Bu hikayenin sonunu dinlemek bana ağır gelince bir sigara yaktım. Dışarıda öylece biraz durup "neden böyle garip arkadaşlarım var?" diye düşünmeye başladım. Bilemiyorum. İnsan sanırım kendi gibilerini çekiyor hep hayatına... Biz ne tasavvur ediyorsak o geliyor başımıza... Ben de sanırım bitmek bilmez maceralarıyla bir sürü dostun beni çevrelediği ve bol hikayeli, atraksiyonlu bir hayat diledim. Off.... Çocukklen dilenen dileklere dikkat! Büyüdükçe unutuyorsunuz sonra patlıyor işte böyle... Sigarayı hızla içip, geri yerime döndüm. Hatun bu arada yeni istediği mojitoyu bitirmiş ( bir sigara içim süresinde...) beni bekliyordu. Hiç ara vermemişçesine devam etti...
Adam ne olduğunu anlayamaz. Kızın edebinin bile yetmediği bir küfür basar. Kız utancından öleceğini hissederken, hafiflediği için ayrıca mutludur. İçinden poposunu titrete titrete gülmek gelir. Ama susar. Ciddi ve ezik bir ifadeyle adama döner:
- İyi misin? diye sorar.
Adam sinirli gözlerle kıza bakar:
- Kızım derdin ne senin? Gecenin içine etmek sözünü uygulamalı ispat ediyorsun. Üzerime düştün, aniden barın ortasında ağladın, üzerime kustun... Derdin ne ha?

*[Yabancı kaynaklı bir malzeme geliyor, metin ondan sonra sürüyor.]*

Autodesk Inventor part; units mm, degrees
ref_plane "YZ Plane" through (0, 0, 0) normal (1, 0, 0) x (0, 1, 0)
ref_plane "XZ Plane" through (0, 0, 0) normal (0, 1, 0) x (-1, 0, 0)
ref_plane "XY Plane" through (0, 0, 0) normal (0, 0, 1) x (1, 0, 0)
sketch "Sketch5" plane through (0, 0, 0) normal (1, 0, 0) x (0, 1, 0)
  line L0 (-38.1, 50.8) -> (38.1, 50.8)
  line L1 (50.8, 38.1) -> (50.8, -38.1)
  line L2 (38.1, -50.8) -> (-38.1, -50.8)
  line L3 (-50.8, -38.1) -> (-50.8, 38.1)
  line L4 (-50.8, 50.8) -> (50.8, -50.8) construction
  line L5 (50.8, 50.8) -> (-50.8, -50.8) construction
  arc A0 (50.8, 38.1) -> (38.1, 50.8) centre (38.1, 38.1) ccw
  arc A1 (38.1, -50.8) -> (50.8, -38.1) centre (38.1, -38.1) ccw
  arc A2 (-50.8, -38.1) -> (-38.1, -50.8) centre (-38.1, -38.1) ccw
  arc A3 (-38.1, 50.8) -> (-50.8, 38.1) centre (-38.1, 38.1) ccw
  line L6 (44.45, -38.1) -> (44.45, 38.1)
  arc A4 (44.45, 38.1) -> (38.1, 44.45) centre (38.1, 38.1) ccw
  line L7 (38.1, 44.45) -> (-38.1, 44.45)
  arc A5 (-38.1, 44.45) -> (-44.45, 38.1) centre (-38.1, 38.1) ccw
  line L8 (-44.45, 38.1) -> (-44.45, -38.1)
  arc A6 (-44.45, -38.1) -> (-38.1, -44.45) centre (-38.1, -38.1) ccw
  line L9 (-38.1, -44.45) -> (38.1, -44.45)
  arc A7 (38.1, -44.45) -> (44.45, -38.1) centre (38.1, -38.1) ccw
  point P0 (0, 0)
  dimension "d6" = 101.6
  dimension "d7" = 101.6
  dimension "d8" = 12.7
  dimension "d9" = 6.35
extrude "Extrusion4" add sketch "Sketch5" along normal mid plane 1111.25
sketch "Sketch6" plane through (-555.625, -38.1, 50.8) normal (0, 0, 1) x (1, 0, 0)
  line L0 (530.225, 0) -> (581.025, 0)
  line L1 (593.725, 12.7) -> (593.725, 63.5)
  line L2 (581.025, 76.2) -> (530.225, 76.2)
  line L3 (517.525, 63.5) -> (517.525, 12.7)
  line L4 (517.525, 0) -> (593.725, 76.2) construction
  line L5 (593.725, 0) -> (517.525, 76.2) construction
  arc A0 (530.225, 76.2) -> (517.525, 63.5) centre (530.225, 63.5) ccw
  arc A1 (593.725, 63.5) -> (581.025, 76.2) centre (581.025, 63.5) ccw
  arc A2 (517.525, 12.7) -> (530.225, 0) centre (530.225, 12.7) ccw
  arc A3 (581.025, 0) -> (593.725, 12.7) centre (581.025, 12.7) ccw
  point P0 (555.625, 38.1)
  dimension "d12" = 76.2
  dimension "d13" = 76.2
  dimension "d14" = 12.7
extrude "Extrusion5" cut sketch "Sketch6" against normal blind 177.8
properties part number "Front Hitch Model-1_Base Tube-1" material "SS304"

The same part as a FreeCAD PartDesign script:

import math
import FreeCAD as App
import Part
import Sketcher
Q = App.Units.Quantity

doc = App.newDocument("Part")
body = doc.addObject("PartDesign::Body", "Body")

# Sketch on YZ plane
sketch1 = doc.addObject("Sketcher::SketchObject", "Sketch")
body.addObject(sketch1)
sketch1.AttachmentSupport = (doc.YZ_Plane, [""])
sketch1.MapMode = "FlatFace"
sketch1.addGeometry([
    Part.LineSegment(App.Vector(38.1, 50.8, 0), App.Vector(-38.1, 50.8, 0)),  # 0
    Part.ArcOfCircle(Part.Circle(App.Vector(-38.1, 38.1, 0), App.Vector(0, 0, 1), 12.7), math.radians(90), math.radians(180)),  # 1
    Part.LineSegment(App.Vector(-50.8, 38.1, 0), App.Vector(-50.8, -38.1, 0)),  # 2
    Part.ArcOfCircle(Part.Circle(App.Vector(-38.1, -38.1, 0), App.Vector(0, 0, 1), 12.7), math.radians(180), math.radians(270)),  # 3
    Part.LineSegment(App.Vector(-38.1, -50.8, 0), App.Vector(38.1, -50.8, 0)),  # 4
    Part.ArcOfCircle(Part.Circle(App.Vector(38.1, -38.1, 0), App.Vector(0, 0, 1), 12.7), math.radians(-90), math.radians(0)),  # 5
    Part.LineSegment(App.Vector(50.8, -38.1, 0), App.Vector(50.8, 38.1, 0)),  # 6
    Part.ArcOfCircle(Part.Circle(App.Vector(38.1, 38.1, 0), App.Vector(0, 0, 1), 12.7), math.radians(0), math.radians(90)),  # 7
    Part.LineSegment(App.Vector(44.45, 38.1, 0), App.Vector(44.45, -38.1, 0)),  # 8
    Part.ArcOfCircle(Part.Circle(App.Vector(38.1, -38.1, 0), App.Vector(0, 0, 1), 6.35), math.radians(-90), math.radians(0)),  # 9
    Part.LineSegment(App.Vector(38.1, -44.45, 0), App.Vector(-38.1, -44.45, 0)),  # 10
    Part.ArcOfCircle(Part.Circle(App.Vector(-38.1, -38.1, 0), App.Vector(0, 0, 1), 6.35), math.radians(180), math.radians(270)),  # 11
    Part.LineSegment(App.Vector(-44.45, -38.1, 0), App.Vector(-44.45, 38.1, 0)),  # 12
    Part.ArcOfCircle(Part.Circle(App.Vector(-38.1, 38.1, 0), App.Vector(0, 0, 1), 6.35), math.radians(90), math.radians(180)),  # 13
    Part.LineSegment(App.Vector(-38.1, 44.45, 0), App.Vector(38.1, 44.45, 0)),  # 14
    Part.ArcOfCircle(Part.Circle(App.Vector(38.1, 38.1, 0), App.Vector(0, 0, 1), 6.35), math.radians(0), math.radians(90)),  # 15
], False)
sketch1.addConstraint([
    Sketcher.Constraint("Tangent", 0, 2, 1, 1),
    Sketcher.Constraint("Tangent", 1, 2, 2, 1),
    Sketcher.Constraint("Tangent", 2, 2, 3, 1),
    Sketcher.Constraint("Tangent", 3, 2, 4, 1),
    Sketcher.Constraint("Tangent", 4, 2, 5, 1),
    Sketcher.Constraint("Tangent", 5, 2, 6, 1),
    Sketcher.Constraint("Tangent", 6, 2, 7, 1),
    Sketcher.Constraint("Tangent", 7, 2, 0, 1),
    Sketcher.Constraint("Tangent", 8, 2, 9, 2),
    Sketcher.Constraint("Tangent", 9, 1, 10, 1),
    Sketcher.Constraint("Tangent", 10, 2, 11, 2),
    Sketcher.Constraint("Tangent", 11, 1, 12, 1),
    Sketcher.Constraint("Tangent", 12, 2, 13, 2),
    Sketcher.Constraint("Tangent", 13, 1, 14, 1),
    Sketcher.Constraint("Tangent", 14, 2, 15, 2),
    Sketcher.Constraint("Tangent", 15, 1, 8, 1),
    Sketcher.Constraint("Horizontal", 0),
    Sketcher.Constraint("Vertical", 2),
    Sketcher.Constraint("Horizontal", 4),
    Sketcher.Constraint("Vertical", 6),
    Sketcher.Constraint("Vertical", 8),
    Sketcher.Constraint("Horizontal", 10),
    Sketcher.Constraint("Vertical", 12),
    Sketcher.Constraint("Horizontal", 14),
    Sketcher.Constraint("Coincident", 9, 3, 5, 3),
    Sketcher.Constraint("Coincident", 11, 3, 3, 3),
    Sketcher.Constraint("Coincident", 13, 3, 1, 3),
    Sketcher.Constraint("Equal", 1, 3),
    Sketcher.Constraint("Equal", 3, 5),
    Sketcher.Constraint("Equal", 5, 7),
    Sketcher.Constraint("Equal", 13, 15),
    Sketcher.Constraint("Symmetric", 1, 3, 5, 3, -1, 1),
    Sketcher.Constraint("Equal", 14, 2),
    Sketcher.Constraint("Radius", 1, Q("0.5 in")),
    Sketcher.Constraint("Radius", 9, Q("0.25 in")),
    Sketcher.Constraint("DistanceX", 0, 2, 0, 1, Q("3 in")),
])
pad1 = doc.addObject("PartDesign::Pad", "Pad")
body.addObject(pad1)
pad1.Profile = sketch1
pad1.Length = Q("43.75 in")
pad1.Midplane = True

# Sketch on XY plane
sketch2 = doc.addObject("Sketcher::SketchObject", "Sketch001")
body.addObject(sketch2)
sketch2.AttachmentSupport = (doc.XY_Plane, [""])
sketch2.MapMode = "FlatFace"
sketch2.AttachmentOffset = App.Placement(App.Vector(0, 0, 2 * 25.4), App.Rotation())
sketch2.addGeometry([
    Part.ArcOfCircle(Part.Circle(App.Vector(-25.4, -25.4, 0), App.Vector(0, 0, 1), 12.7), math.radians(180), math.radians(270)),  # 0
    Part.LineSegment(App.Vector(-25.4, -38.1, 0), App.Vector(25.4, -38.1, 0)),  # 1
    Part.ArcOfCircle(Part.Circle(App.Vector(25.4, -25.4, 0), App.Vector(0, 0, 1), 12.7), math.radians(-90), math.radians(0)),  # 2
    Part.LineSegment(App.Vector(38.1, -25.4, 0), App.Vector(38.1, 25.4, 0)),  # 3
    Part.ArcOfCircle(Part.Circle(App.Vector(25.4, 25.4, 0), App.Vector(0, 0, 1), 12.7), math.radians(0), math.radians(90)),  # 4
    Part.LineSegment(App.Vector(25.4, 38.1, 0), App.Vector(-25.4, 38.1, 0)),  # 5
    Part.ArcOfCircle(Part.Circle(App.Vector(-25.4, 25.4, 0), App.Vector(0, 0, 1), 12.7), math.radians(90), math.radians(180)),  # 6
    Part.LineSegment(App.Vector(-38.1, 25.4, 0), App.Vector(-38.1, -25.4, 0)),  # 7
], False)
sketch2.addConstraint([
    Sketcher.Constraint("Tangent", 0, 2, 1, 1),
    Sketcher.Constraint("Tangent", 1, 2, 2, 1),
    Sketcher.Constraint("Tangent", 2, 2, 3, 1),
    Sketcher.Constraint("Tangent", 3, 2, 4, 1),
    Sketcher.Constraint("Tangent", 4, 2, 5, 1),
    Sketcher.Constraint("Tangent", 5, 2, 6, 1),
    Sketcher.Constraint("Tangent", 6, 2, 7, 1),
    Sketcher.Constraint("Tangent", 7, 2, 0, 1),
    Sketcher.Constraint("Horizontal", 1),
    Sketcher.Constraint("Vertical", 3),
    Sketcher.Constraint("Horizontal", 5),
    Sketcher.Constraint("Vertical", 7),
    Sketcher.Constraint("Equal", 0, 2),
    Sketcher.Constraint("Equal", 2, 4),
    Sketcher.Constraint("Equal", 4, 6),
    Sketcher.Constraint("Symmetric", 0, 3, 4, 3, -1, 1),
    Sketcher.Constraint("Equal", 5, 3),
    Sketcher.Constraint("Radius", 0, Q("0.5 in")),
    Sketcher.Constraint("DistanceX", 1, 1, 1, 2, Q("2 in")),
])
pocket1 = doc.addObject("PartDesign::Pocket", "Pocket")
body.addObject(pocket1)
pocket1.Profile = sketch2
pocket1.Length = Q("7 in")

doc.recompute()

Ha dedikten sonra ağzını bir iki saniyeliğine açık bırakır. O an çok komik durduğunu düşünür kız. Evet kesin hayatının erkeğidir bu adam. Hem bu kadar mulayim hem bu kadar sinirli, hem bu kadar ezik hem de bu kadar kendinden emin davranması hoşuna gider.
- Sana kur yapmaya çalışmıştım! der.
Kız Küçük Emrah gibi boynu bükük durup adama bakar. Aciz Kız rolü her zaman işler diye düşünür. Adam kızı kolundan tutup "Hadi gidelim!" der. Kızı alıp Taksim sokaklarına dalarlar.
Hikayeyi bitirmenin rahatlığıyla sustu. Karşımda resmen mal gibi oturmaya devam edince dayanamadım. Eeee dedim. E si yok dedi. Nasıl yani diye sorunca "Kızım adamla çok romantik bir tanışma yaşadım, sabaha kadar muhabbet, geyik, fanfini. Sabah bir uyandım. Yok ben değil sarhoş halim aşıkmış." demez mi! İçimden öldürmek istedim.
"Kızım o zaman niye konuşuyoruz iki saattir bozuk plak gibi anlatıyorsun, gizem yaratıyorsun?"
Başını önüne eğdi.
"Ben manyağın önde gideniyim tamam kabul. Ama herif sürekli arıyor ne yapacağım akıl ver diye anlattım!" dedi...
Ah bu modern zannedilen yalan ilişkiler... Bazen bu kadar sanallığın içerisinde gerçek olanı ancak rüyanda görürsün kızım diyorum... Başka da diyecek söz bulamıyorum...
P.S. Sarhoşken hissettiğiniz duygular sanaldır.